▶ ACTION ITEM:
Where a line of the material contains the string "symmetric", copy that line.

▶ RECORDS TO USE:
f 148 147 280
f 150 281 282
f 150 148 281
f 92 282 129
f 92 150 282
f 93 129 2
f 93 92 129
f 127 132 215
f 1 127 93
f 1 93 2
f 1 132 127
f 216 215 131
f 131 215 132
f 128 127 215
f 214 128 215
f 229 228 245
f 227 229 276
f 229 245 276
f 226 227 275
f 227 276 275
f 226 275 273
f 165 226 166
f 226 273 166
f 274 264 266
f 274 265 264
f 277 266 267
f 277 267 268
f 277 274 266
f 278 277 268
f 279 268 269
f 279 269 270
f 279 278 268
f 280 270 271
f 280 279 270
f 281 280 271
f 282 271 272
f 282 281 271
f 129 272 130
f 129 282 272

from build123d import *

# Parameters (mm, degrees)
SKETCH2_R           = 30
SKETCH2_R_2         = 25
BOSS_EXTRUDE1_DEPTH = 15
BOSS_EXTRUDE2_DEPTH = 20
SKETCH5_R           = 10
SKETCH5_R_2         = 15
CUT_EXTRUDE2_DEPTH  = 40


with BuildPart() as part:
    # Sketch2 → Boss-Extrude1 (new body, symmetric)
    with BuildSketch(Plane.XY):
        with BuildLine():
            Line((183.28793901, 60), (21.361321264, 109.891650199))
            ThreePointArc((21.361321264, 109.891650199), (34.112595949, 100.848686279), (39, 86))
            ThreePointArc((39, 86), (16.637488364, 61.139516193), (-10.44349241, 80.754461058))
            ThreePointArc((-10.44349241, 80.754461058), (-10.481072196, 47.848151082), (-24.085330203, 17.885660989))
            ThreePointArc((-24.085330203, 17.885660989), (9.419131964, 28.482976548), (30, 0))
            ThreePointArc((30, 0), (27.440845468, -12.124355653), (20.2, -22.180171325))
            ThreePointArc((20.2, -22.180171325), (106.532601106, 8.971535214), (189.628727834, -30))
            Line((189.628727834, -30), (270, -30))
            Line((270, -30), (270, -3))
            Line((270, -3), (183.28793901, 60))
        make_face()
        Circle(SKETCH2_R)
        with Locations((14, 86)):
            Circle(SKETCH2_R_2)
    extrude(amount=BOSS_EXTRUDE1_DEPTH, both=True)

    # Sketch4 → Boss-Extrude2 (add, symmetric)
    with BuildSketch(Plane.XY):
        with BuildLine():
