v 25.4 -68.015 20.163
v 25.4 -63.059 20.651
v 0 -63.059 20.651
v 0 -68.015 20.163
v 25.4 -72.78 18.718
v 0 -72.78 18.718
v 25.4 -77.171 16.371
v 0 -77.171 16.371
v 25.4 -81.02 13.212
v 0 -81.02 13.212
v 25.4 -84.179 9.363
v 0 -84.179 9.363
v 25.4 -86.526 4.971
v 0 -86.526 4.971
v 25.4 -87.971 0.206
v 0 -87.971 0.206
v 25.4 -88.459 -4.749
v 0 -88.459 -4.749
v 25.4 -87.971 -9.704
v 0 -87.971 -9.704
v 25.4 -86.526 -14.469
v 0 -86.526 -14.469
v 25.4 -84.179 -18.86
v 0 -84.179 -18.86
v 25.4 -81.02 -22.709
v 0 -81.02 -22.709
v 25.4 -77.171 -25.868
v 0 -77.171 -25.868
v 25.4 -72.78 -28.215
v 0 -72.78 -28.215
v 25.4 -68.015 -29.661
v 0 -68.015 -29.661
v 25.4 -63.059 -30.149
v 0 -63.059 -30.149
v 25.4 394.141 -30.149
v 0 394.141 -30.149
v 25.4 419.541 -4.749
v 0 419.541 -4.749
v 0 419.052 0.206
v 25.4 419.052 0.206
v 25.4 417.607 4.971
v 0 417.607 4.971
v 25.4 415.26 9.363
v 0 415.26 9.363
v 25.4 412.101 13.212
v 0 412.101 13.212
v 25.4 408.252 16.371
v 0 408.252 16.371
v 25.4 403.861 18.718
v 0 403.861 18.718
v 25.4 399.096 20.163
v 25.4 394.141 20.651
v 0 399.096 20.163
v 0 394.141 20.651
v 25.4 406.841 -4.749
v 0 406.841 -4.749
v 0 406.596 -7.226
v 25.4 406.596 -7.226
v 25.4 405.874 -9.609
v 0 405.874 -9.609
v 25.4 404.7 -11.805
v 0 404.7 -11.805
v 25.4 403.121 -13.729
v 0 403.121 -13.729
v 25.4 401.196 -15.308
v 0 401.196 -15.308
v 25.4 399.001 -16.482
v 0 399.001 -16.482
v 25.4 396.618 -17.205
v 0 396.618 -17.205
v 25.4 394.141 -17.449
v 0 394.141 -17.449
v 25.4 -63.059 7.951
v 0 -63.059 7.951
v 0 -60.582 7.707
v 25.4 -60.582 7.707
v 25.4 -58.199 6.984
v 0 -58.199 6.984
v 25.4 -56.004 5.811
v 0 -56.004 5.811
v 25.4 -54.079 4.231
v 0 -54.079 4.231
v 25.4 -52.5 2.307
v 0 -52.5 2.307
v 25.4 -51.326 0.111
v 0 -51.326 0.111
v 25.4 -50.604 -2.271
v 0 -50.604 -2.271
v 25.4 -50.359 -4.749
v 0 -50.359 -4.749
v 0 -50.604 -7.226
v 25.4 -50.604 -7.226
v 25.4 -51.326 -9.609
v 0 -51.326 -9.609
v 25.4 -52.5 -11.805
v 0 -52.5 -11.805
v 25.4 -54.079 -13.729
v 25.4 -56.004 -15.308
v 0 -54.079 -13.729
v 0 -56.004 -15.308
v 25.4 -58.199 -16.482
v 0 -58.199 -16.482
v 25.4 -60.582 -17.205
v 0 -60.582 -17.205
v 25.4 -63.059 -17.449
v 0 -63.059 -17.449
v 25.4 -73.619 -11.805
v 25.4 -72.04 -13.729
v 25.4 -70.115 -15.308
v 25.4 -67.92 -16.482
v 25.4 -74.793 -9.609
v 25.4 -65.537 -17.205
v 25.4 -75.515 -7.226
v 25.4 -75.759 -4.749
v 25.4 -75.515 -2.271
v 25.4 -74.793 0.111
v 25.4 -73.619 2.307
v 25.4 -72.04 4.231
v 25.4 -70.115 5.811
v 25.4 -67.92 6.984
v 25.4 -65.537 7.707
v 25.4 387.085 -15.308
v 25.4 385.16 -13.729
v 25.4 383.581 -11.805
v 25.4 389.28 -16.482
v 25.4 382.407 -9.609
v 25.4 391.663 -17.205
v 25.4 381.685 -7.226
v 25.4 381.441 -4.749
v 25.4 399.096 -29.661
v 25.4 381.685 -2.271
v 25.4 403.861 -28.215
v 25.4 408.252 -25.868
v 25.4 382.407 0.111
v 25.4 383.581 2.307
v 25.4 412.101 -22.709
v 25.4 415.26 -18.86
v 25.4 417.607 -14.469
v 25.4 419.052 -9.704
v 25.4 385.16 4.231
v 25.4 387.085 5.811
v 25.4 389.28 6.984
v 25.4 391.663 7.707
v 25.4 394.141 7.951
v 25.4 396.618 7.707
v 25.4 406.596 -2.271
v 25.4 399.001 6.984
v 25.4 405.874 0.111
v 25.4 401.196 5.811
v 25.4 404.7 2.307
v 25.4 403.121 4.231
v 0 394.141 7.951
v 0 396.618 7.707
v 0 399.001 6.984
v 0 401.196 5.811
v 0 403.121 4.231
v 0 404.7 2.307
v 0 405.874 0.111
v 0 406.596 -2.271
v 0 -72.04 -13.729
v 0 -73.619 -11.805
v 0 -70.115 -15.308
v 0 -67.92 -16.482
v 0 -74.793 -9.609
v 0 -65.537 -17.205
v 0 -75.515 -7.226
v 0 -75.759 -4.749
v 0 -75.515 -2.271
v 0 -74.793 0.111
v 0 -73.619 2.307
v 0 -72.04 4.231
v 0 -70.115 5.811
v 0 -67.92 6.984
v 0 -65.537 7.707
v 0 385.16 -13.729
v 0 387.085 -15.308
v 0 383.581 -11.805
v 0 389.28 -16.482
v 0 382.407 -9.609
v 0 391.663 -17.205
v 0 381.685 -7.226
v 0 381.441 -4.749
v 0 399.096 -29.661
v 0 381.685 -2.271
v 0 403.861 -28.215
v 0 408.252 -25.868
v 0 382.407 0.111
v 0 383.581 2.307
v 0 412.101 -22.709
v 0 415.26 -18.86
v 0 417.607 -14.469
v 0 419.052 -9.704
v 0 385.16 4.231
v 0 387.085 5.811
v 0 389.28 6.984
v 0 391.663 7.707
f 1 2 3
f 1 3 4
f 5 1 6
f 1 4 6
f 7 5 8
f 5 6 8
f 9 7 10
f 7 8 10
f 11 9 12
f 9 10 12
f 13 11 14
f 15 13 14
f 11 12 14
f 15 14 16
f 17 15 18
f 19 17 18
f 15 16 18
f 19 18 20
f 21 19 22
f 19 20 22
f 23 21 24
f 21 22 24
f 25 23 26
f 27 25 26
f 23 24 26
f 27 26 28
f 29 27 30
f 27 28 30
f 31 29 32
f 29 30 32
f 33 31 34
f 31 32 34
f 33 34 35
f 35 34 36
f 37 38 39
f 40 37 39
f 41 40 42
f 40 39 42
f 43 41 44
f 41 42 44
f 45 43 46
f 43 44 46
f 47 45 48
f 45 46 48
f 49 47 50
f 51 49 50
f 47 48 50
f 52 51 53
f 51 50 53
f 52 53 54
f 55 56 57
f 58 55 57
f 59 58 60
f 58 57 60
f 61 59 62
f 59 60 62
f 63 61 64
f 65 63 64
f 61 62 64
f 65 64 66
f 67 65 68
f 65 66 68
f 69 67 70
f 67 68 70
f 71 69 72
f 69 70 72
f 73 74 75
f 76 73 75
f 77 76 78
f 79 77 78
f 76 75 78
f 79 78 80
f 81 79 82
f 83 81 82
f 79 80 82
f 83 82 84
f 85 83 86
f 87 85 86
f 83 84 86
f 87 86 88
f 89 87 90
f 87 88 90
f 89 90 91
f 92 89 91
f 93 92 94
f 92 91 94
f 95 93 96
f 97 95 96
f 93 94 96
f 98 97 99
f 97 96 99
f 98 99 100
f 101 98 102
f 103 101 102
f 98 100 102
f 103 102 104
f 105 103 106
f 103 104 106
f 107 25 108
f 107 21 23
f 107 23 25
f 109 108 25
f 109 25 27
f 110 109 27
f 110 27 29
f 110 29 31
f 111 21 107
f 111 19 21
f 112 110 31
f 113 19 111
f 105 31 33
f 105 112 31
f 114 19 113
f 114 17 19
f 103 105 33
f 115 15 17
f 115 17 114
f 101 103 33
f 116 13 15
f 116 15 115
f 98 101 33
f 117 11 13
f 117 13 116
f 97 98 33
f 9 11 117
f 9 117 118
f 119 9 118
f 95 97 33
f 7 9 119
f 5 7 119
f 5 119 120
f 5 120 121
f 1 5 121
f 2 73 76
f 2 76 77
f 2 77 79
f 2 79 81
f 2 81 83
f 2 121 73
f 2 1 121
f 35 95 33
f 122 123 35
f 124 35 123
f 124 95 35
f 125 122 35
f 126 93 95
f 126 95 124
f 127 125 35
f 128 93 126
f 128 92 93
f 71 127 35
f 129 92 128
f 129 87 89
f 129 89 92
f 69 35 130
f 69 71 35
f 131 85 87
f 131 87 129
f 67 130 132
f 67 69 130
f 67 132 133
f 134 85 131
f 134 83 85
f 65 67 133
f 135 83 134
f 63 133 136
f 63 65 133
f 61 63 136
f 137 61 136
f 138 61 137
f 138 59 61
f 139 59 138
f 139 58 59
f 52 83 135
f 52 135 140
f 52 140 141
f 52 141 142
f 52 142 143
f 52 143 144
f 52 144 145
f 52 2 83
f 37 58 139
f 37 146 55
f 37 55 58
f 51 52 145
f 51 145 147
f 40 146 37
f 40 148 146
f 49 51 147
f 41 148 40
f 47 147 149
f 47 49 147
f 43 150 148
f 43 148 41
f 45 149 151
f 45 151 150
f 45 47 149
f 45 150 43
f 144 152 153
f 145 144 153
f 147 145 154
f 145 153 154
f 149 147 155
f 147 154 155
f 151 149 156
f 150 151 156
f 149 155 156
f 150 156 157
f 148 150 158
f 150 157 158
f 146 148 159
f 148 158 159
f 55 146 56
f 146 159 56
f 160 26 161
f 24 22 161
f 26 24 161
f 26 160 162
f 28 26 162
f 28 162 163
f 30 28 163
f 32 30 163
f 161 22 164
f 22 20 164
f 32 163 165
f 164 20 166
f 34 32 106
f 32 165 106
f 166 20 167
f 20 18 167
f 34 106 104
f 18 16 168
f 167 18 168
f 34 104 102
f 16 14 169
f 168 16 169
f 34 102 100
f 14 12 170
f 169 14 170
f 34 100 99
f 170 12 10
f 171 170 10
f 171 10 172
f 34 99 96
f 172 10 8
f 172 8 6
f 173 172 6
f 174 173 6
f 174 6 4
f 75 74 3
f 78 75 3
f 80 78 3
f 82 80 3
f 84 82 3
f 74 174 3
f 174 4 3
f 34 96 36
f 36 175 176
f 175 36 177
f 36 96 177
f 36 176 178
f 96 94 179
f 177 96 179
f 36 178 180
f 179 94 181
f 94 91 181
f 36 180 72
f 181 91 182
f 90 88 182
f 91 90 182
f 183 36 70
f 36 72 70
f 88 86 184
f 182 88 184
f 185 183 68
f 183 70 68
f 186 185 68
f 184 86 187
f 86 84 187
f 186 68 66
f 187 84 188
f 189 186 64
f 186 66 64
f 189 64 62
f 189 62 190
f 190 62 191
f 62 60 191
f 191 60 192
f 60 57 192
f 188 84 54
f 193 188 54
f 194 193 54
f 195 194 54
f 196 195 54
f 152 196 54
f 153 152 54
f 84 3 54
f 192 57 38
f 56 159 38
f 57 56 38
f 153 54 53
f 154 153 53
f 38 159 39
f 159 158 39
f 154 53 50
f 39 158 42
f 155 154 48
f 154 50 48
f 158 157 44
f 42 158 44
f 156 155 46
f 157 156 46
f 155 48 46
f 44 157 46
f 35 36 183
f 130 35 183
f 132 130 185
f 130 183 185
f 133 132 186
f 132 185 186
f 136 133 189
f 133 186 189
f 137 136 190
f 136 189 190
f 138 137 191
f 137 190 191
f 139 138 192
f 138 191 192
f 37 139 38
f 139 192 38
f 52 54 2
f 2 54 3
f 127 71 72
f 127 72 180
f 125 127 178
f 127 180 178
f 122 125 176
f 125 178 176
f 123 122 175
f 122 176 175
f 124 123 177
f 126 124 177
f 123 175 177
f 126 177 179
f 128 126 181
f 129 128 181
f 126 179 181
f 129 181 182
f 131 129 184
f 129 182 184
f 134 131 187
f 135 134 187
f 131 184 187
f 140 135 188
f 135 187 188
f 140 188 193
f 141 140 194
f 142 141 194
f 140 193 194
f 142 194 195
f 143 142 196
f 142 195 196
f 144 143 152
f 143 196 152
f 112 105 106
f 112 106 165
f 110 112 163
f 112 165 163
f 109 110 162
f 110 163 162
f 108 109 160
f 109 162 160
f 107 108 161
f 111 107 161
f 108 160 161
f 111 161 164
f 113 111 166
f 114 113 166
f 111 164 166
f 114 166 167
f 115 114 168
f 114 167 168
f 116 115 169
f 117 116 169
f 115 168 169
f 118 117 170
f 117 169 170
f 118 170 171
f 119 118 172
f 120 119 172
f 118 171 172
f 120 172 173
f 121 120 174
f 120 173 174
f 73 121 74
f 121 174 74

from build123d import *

# Parameters (mm, degrees)
F1_DEPTH = 25.4


with BuildPart() as f1:
    # F0 (on Right) → F1 (new body)
    with BuildSketch(Plane.YZ):
        with BuildLine():
            ThreePointArc((-37.6594869553, -4.7487942502), (-45.0989747132, 13.2117179919), (-63.0594869553, 20.6512057498))
            Line((-63.0594869553, 20.6512057498), (-63.0594869553, 7.9512057498))
            ThreePointArc((-63.0594869553, 7.9512057498), (-54.0792308342, 4.2314618709), (-50.3594869553, -4.7487942502))
            ThreePointArc((-50.3594869553, -4.7487942502), (-54.0792308342, -13.7290503713), (-63.0594869553, -17.4487942502))
            Line((-63.0594869553, -17.4487942502), (-63.0594869553, -30.1487942502))
            ThreePointArc((-63.0594869553, -30.1487942502), (-45.0989747132, -22.7093064923), (-37.6594869553, -4.7487942502))
        make_face()
        with BuildLine():
            Line((394.1405130447, 20.6512057498), (-63.0594869553, 20.6512057498))
            ThreePointArc((-63.0594869553, 20.6512057498), (-45.0989747132, 13.2117179919), (-37.6594869553, -4.7487942502))
            ThreePointArc((-37.6594869553, -4.7487942502), (-45.0989747132, -22.7093064923), (-63.0594869553, -30.1487942502))
            Line((-63.0594869553, -30.1487942502), (394.1405130447, -30.1487942502))
            ThreePointArc((394.1405130447, -30.1487942502), (368.7405130447, -4.7487942502), (394.1405130447, 20.6512057498))
        make_face()
        with BuildLine():
            Line((-63.0594869553, 7.9512057498), (-63.0594869553, 20.6512057498))
            ThreePointArc((-63.0594869553, 20.6512057498), (-88.4594869553, -4.7487942502), (-63.0594869553, -30.1487942502))
            Line((-63.0594869553, -30.1487942502), (-63.0594869553, -17.4487942502))
            ThreePointArc((-63.0594869553, -17.4487942502), (-75.7594869553, -4.7487942502), (-63.0594869553, 7.9512057498))
        make_face()
        with BuildLine():
            ThreePointArc((419.5405130447, -4.7487942502), (412.1010252868, 13.2117179919), (394.1405130447, 20.6512057498))
            Line((394.1405130447, 20.6512057498), (394.1405130447, 7.9512057498))
            ThreePointArc((394.1405130447, 7.9512057498), (403.1207691658, 4.2314618709), (406.8405130447, -4.7487942502))
            ThreePointArc((406.8405130447, -4.7487942502), (403.1207691658, -13.7290503713), (394.1405130447, -17.4487942502))
            Line((394.1405130447, -17.4487942502), (394.1405130447, -30.1487942502))
            ThreePointArc((394.1405130447, -30.1487942502), (412.1010252868, -22.7093064923), (419.5405130447, -4.7487942502))
        make_face()
        with BuildLine():
            Line((394.1405130447, 7.9512057498), (394.1405130447, 20.6512057498))
            ThreePointArc((394.1405130447, 20.6512057498), (368.7405130447, -4.7487942502), (394.1405130447, -30.1487942502))
            Line((394.1405130447, -30.1487942502), (394.1405130447, -17.4487942502))
            ThreePointArc((394.1405130447, -17.4487942502), (381.4405130447, -4.7487942502), (394.1405130447, 7.9512057498))
        make_face()
    extrude(amount=F1_DEPTH)


solid = f1.part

▶ EXERCISE RESPONSE:
    # Sketch2 → Boss-Extrude1 (new body, symmetric)
    # Sketch4 → Boss-Extrude2 (add, symmetric)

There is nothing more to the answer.